To begin consolidation, your group structure must be created in ScaleXP. Your Parent Organization sits at the top level of reporting and controls the consolidated view. Subsidiaries are added beneath it.
Step checklist:
Connect each subsidiary to its accounting platform
To consolidate cleanly, entities must use a consistent reporting structure. ScaleXP allows you to cascade P&L and Balance Sheet formats from the Parent entity to subsidiaries for consistent roll-up.

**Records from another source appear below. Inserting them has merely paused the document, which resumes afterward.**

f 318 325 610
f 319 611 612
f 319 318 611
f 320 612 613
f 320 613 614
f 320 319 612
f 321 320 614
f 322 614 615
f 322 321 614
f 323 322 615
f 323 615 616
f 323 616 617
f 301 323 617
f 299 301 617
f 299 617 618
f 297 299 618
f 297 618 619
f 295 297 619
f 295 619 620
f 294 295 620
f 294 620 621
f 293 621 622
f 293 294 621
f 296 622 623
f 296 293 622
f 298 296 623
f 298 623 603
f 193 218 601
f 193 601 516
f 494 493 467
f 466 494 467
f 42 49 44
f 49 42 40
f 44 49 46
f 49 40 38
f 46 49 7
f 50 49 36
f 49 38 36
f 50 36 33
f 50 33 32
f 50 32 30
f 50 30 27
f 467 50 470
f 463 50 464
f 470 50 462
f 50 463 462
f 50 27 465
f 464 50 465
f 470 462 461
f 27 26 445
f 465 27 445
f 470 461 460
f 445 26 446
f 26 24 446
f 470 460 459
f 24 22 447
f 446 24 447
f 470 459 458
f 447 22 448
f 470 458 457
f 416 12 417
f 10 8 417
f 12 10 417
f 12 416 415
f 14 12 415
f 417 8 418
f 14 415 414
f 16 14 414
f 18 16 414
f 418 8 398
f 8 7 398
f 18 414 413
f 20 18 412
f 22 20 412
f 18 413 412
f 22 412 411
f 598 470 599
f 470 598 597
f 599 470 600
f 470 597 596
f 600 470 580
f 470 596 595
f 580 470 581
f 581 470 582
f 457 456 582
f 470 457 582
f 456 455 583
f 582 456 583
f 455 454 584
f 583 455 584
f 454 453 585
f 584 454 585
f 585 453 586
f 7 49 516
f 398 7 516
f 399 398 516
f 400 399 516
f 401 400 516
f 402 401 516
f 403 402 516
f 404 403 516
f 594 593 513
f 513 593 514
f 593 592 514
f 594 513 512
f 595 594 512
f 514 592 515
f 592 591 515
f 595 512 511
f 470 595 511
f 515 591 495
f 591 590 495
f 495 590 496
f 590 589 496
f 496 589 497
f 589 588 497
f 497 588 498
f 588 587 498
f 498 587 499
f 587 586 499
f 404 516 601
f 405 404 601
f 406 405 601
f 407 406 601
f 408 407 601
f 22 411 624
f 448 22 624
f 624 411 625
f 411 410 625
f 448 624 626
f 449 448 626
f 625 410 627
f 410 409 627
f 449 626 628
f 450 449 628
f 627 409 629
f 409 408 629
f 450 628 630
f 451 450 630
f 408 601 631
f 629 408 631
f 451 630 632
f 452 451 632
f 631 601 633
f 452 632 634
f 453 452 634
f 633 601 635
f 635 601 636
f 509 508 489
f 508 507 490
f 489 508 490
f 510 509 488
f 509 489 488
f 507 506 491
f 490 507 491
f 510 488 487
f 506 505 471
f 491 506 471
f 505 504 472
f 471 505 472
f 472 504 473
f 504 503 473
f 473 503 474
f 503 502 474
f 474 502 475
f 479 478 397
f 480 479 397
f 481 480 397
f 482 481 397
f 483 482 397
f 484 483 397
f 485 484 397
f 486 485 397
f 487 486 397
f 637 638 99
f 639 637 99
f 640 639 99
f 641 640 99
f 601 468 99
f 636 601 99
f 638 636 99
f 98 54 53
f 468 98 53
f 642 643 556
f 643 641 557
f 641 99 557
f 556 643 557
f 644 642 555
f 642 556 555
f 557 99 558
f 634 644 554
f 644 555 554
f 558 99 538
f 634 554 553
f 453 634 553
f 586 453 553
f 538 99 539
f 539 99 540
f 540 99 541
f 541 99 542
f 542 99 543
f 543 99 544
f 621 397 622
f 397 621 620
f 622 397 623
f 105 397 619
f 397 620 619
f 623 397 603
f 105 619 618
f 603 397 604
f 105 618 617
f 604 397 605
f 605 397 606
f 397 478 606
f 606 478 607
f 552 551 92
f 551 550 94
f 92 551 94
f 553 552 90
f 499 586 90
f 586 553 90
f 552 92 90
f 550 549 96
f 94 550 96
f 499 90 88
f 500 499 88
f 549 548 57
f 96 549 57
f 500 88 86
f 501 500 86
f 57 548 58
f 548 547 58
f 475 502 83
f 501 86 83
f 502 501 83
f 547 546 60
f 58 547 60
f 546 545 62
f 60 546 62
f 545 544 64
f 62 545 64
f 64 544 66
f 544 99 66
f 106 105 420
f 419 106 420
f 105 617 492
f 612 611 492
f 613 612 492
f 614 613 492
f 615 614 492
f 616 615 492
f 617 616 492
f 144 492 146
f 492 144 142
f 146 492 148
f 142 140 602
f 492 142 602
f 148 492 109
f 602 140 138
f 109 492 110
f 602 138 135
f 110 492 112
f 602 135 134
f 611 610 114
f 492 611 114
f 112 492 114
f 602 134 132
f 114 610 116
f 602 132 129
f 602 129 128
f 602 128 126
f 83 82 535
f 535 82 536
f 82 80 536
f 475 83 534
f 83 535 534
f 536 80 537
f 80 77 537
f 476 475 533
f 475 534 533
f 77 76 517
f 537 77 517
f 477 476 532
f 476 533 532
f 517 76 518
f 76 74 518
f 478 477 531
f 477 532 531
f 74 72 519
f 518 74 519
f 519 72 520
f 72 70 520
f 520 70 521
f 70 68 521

If your group operates in multiple currencies, ScaleXP automatically converts subsidiary results into the Parent currency at month-end. Exchange rates can be adjusted if required for audit accuracy.
Checklist:
Review exchange rates
Adjust exchange rates when required
Review FX revaluation entries and consolidated report outputs
Automated metrics pull information from the subsidiary organisations to a consolidated summary, customizable to meet your needs.
If you are using ScaleXP for automated revenue recognition, you may want to consolidate metrics such as MRR, ARR, churn, cohorts or customer reporting using reports on the consolidated Customer tab.
Alternatively, you may want to feed in metrics from a Google Sheet or CRM system.
Checklist:
Review the existing metric library
Set up MRR and cost of customer acquisition, if relevant
Once consolidation is configured, you can begin building group-level reporting. Reports and dashboards can combine both financial and operational metrics across entities.